16/06/2020: Post Week 2 Assessment
Concise Description of Things Learned -
- Web Scraping using BeautifulSoup and Selenium
- Using Python libraries like Pandas, Matplotlib, Scikit-Learn, and other language processing libraries
- Able to use Github and basic git commands
- Conducting basic pre-processing and exploratory analysis using Python
- A few ML models, and basic structure/methodology of ML Models
- Data Manipulation/Processing Techniques
- Ability to critically look at data and interpret it/ infer ideas from it
- Learning to learn (That’s continuously happening!)
- Communicate my results better
- Importance of every bit of data, and the necessity of making wise decisions
All meetings except 1 (watched the recorded session for it)
- After week 2, I have a profound understanding of web scraping. This was something I had done previously, but I never knew there was so much to learn even now. The challenges we faced while scraping Flowster-forums paved the way for a lot more improvement to my understanding.
- More informed about how data should be processed, manipulated and analysed in order to get the best possible results - every piece of data counts and nothing can be taken for granted. Understood the importance of data pre-processing, and how if not done properly, can lead to potentially inaccurate ML Models.

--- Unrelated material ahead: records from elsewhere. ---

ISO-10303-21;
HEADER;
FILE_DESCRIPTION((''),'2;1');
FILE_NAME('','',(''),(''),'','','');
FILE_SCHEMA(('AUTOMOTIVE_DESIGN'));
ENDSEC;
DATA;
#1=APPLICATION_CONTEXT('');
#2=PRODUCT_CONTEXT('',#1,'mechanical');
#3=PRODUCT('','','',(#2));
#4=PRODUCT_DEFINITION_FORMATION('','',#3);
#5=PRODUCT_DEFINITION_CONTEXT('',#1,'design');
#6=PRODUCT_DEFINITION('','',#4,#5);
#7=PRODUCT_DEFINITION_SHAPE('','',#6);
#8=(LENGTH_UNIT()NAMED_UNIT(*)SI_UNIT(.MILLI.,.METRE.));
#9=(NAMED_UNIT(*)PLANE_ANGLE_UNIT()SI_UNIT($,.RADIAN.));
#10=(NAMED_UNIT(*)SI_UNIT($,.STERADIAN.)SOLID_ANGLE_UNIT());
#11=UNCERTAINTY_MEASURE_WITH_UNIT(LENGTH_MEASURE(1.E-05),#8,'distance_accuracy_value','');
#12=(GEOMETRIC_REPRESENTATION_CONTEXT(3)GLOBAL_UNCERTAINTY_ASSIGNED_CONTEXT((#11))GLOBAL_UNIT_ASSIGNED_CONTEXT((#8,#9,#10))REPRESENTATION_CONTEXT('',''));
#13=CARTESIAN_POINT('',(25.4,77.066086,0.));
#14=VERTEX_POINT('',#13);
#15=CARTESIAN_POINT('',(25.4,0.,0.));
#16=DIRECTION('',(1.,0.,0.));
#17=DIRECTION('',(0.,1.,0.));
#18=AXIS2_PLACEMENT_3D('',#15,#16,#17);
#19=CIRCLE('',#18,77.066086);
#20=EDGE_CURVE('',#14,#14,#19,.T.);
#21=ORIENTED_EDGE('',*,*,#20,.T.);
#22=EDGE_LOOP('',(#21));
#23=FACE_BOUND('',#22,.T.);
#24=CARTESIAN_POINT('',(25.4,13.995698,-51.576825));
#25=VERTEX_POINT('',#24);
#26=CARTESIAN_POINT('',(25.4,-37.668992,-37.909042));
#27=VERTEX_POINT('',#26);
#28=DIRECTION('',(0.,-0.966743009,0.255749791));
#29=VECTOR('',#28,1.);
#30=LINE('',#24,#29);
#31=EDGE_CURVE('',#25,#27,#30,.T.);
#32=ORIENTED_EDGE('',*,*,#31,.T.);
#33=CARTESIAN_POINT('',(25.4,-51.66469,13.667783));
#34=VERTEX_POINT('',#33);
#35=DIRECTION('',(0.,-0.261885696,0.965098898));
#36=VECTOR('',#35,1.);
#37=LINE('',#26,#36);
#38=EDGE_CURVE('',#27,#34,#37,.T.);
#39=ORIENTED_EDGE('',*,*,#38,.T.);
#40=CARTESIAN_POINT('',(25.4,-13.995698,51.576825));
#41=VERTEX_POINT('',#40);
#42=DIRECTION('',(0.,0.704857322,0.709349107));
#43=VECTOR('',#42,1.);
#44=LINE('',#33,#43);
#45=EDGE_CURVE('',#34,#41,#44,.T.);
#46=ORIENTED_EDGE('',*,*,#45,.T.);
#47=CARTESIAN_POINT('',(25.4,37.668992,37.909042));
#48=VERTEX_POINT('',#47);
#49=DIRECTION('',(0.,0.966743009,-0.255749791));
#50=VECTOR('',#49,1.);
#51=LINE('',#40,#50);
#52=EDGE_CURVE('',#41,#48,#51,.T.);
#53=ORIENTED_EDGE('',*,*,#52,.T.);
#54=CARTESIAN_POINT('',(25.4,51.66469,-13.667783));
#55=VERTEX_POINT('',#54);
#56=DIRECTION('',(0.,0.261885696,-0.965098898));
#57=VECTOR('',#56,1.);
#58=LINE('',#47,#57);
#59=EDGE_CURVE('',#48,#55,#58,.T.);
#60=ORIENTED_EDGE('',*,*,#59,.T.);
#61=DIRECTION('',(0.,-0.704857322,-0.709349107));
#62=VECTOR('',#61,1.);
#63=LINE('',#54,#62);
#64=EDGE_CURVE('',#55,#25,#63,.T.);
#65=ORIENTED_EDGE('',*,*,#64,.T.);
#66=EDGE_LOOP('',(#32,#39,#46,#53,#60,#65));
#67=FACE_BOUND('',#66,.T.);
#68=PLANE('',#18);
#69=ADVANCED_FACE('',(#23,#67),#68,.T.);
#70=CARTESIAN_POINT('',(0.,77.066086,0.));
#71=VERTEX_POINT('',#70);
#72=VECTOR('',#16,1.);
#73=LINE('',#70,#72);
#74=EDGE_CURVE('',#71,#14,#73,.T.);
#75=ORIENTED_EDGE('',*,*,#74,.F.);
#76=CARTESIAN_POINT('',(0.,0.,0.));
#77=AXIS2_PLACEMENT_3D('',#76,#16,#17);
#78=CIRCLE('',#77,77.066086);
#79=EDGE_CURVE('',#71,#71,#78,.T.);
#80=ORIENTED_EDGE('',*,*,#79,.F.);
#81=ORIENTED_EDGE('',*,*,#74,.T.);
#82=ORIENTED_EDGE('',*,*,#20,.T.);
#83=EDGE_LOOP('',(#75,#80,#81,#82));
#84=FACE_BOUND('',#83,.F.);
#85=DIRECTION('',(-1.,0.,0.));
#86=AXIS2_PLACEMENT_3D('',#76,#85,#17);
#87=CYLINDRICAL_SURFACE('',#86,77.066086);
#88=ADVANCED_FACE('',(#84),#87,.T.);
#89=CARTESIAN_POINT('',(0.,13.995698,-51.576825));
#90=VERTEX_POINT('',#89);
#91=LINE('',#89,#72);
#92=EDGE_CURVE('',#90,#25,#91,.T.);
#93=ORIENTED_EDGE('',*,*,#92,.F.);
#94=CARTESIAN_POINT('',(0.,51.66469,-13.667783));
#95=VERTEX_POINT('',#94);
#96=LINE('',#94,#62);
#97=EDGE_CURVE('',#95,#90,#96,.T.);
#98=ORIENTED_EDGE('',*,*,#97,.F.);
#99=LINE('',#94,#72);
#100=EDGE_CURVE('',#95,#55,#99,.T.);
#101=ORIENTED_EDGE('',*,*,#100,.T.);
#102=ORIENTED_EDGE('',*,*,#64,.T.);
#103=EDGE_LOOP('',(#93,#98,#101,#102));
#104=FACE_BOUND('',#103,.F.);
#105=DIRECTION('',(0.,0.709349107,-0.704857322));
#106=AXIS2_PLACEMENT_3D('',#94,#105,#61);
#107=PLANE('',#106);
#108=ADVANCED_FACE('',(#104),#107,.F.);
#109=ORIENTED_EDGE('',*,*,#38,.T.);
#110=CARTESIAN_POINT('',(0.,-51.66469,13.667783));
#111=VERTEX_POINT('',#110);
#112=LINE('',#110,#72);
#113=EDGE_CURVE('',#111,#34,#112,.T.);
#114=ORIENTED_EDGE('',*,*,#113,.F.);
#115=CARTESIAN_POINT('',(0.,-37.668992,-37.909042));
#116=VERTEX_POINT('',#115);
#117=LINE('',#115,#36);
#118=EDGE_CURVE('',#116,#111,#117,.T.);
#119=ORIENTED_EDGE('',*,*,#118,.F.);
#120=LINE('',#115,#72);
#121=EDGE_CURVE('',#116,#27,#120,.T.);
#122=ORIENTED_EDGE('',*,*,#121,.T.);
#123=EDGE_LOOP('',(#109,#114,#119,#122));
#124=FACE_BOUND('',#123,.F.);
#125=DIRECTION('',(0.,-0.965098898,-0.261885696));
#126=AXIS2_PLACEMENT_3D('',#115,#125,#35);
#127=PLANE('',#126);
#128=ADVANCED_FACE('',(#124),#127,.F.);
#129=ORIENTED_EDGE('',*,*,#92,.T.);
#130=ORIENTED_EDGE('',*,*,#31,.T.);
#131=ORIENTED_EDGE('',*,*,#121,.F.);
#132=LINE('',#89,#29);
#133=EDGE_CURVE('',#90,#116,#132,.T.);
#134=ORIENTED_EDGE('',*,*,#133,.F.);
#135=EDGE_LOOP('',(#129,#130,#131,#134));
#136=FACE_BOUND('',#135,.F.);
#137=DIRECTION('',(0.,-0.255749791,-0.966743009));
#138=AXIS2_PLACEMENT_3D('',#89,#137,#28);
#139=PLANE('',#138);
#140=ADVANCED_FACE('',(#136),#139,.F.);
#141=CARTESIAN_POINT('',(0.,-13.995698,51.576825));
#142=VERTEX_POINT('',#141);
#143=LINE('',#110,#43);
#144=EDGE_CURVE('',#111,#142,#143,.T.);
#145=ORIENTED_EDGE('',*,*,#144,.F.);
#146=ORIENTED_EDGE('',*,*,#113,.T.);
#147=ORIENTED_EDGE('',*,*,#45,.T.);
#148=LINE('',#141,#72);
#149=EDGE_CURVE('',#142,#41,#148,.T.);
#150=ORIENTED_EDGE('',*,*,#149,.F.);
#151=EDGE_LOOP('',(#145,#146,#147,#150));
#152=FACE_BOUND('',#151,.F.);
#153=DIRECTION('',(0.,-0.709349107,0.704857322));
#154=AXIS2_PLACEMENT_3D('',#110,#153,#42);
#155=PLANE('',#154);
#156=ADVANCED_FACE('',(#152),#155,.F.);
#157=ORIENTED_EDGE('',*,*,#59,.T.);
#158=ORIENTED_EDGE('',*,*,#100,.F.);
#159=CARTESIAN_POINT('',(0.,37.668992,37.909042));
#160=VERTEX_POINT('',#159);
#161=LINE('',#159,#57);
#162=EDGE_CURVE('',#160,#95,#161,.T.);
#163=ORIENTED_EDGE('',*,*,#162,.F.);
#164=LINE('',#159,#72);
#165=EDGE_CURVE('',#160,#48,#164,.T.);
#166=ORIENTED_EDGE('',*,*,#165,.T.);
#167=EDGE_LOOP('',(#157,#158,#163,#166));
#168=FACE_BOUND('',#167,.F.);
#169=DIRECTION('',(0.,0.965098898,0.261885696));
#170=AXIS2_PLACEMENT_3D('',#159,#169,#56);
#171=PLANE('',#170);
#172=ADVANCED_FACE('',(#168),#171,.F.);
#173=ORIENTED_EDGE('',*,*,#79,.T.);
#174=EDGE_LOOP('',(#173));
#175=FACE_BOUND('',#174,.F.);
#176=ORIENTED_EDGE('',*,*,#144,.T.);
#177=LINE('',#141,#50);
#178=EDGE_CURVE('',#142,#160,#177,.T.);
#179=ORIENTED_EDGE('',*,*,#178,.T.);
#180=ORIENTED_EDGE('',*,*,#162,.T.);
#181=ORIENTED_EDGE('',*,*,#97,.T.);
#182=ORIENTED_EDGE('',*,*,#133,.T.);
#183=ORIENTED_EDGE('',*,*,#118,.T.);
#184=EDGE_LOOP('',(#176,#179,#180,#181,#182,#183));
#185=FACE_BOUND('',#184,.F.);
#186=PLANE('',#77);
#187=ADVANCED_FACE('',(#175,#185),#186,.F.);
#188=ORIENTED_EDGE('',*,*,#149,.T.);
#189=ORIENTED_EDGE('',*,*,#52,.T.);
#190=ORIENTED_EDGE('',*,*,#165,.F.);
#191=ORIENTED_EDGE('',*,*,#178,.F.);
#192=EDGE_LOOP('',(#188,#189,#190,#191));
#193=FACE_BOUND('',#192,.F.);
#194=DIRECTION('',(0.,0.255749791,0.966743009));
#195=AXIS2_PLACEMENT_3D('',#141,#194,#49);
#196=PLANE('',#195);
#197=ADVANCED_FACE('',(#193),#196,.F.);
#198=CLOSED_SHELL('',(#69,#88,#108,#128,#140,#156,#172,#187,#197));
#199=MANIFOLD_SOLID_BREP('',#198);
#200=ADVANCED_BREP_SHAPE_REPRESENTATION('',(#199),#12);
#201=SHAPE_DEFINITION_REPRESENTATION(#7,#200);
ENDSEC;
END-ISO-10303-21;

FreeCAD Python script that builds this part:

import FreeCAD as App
import Part
import Sketcher
Q = App.Units.Quantity

doc = App.newDocument("Part")
body = doc.addObject("PartDesign::Body", "Body")

sketch1 = body.newObject("Sketcher::SketchObject", "Sketch")
sketch1.AttachmentSupport = (doc.getObject("YZ_Plane"), [""])
sketch1.MapMode = "FlatFace"
sketch1.addGeometry(Part.Circle(App.Vector(0, 0, 0), App.Vector(0, 0, 1), 77), False)
sketch1.addConstraint([
    Sketcher.Constraint("Coincident", 0, 3, -1, 1),
    Sketcher.Constraint("Diameter", 0, Q("154.132172 mm")),
])
pad1 = body.newObject("PartDesign::Pad", "Pad")
pad1.Profile = sketch1
pad1.Length = Q("1 in")

sketch2 = body.newObject("Sketcher::SketchObject", "Sketch001")
sketch2.AttachmentSupport = (doc.getObject("YZ_Plane"), [""])
sketch2.MapMode = "FlatFace"
sketch2.addGeometry([
    Part.LineSegment(App.Vector(-52, 14, 0), App.Vector(-14, 52, 0)),
    Part.LineSegment(App.Vector(-14, 52, 0), App.Vector(38, 38, 0)),
    Part.LineSegment(App.Vector(38, 38, 0), App.Vector(52, -14, 0)),
    Part.LineSegment(App.Vector(52, -14, 0), App.Vector(14, -52, 0)),
    Part.LineSegment(App.Vector(14, -52, 0), App.Vector(-38, -38, 0)),
    Part.LineSegment(App.Vector(-38, -38, 0), App.Vector(-52, 14, 0)),
], False)
sketch2.addConstraint([
    Sketcher.Constraint("Coincident", 0, 2, 1, 1),
    Sketcher.Constraint("Coincident", 1, 2, 2, 1),
    Sketcher.Constraint("Coincident", 2, 2, 3, 1),
    Sketcher.Constraint("Coincident", 3, 2, 4, 1),
    Sketcher.Constraint("Coincident", 4, 2, 5, 1),
    Sketcher.Constraint("Coincident", 5, 2, 0, 1),
    Sketcher.Constraint("Symmetric", 0, 2, 3, 2, -1, 1),
    Sketcher.Constraint("Symmetric", 1, 2, 4, 2, -1, 1),
    Sketcher.Constraint("Symmetric", 2, 2, 5, 2, -1, 1),
    Sketcher.Constraint("Equal", 0, 1),
    Sketcher.Constraint("Equal", 1, 2),
    Sketcher.Constraint("DistanceX", 0, 2, -1, 1, Q("13.995698 mm")),
    Sketcher.Constraint("Distance", 0, Q("53.44201 mm")),
    Sketcher.Constraint("DistanceX", -1, 1, 2, 2, Q("51.66469 mm")),
    Sketcher.Constraint("DistanceX", 0, 2, 1, 2, Q("51.66469 mm")),
])
pocket1 = body.newObject("PartDesign::Pocket", "Pocket")
pocket1.Profile = sketch2
pocket1.Length = Q("1 in")
pocket1.Reversed = True

doc.recompute()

- Working on Doc2Vec currently
Goals for the upcoming week:
By the end of Week 3, I aim to be able to understand the various approaches that can be applied to the same data, and how to choose the best model with the max accuracy.
A detailed statement of tasks done:
Successfully scraped Flowster-Forums
Tasks: Using Selenium and BeautifulSoup to scrap Flowster-forums with my team.
Challenges: We faced difficulties like not being able to scrap the entire data at once because of the scrolling abilities of bs4. Another issue was extracting the totally embedded data like the number of views which was embedded a lot deeper in the HTML tags tree.
Solution: The solution came by having done an extensive google search and taking help from the mentor and team lead.
Exploratory Data Analysis and Data Cleaning
Tasks: Using basic python libraries to clean up the data, and explore it, infer correlations.
Difficulties: I tried to think of pre-processing the data, but it seemed like I had my thoughts limited to what was discussed in the meeting. I googled it to get more advanced ways, but somehow it turns out that everything depends on the kind of data we have.
Solution: I am still figuring out a way continuously to clean my data in a better way. Later in week 3, I will be working on Doc2Vec, and a cleaned and processed data would obviously be a good choice.
Overall, it has been a wonderful experience working with great mentors and enthusiastic team members. Looking for a lot more learning from the remaining half of this journey!
Thanks a lot to Sara and Rohit for being great mentors and leaders!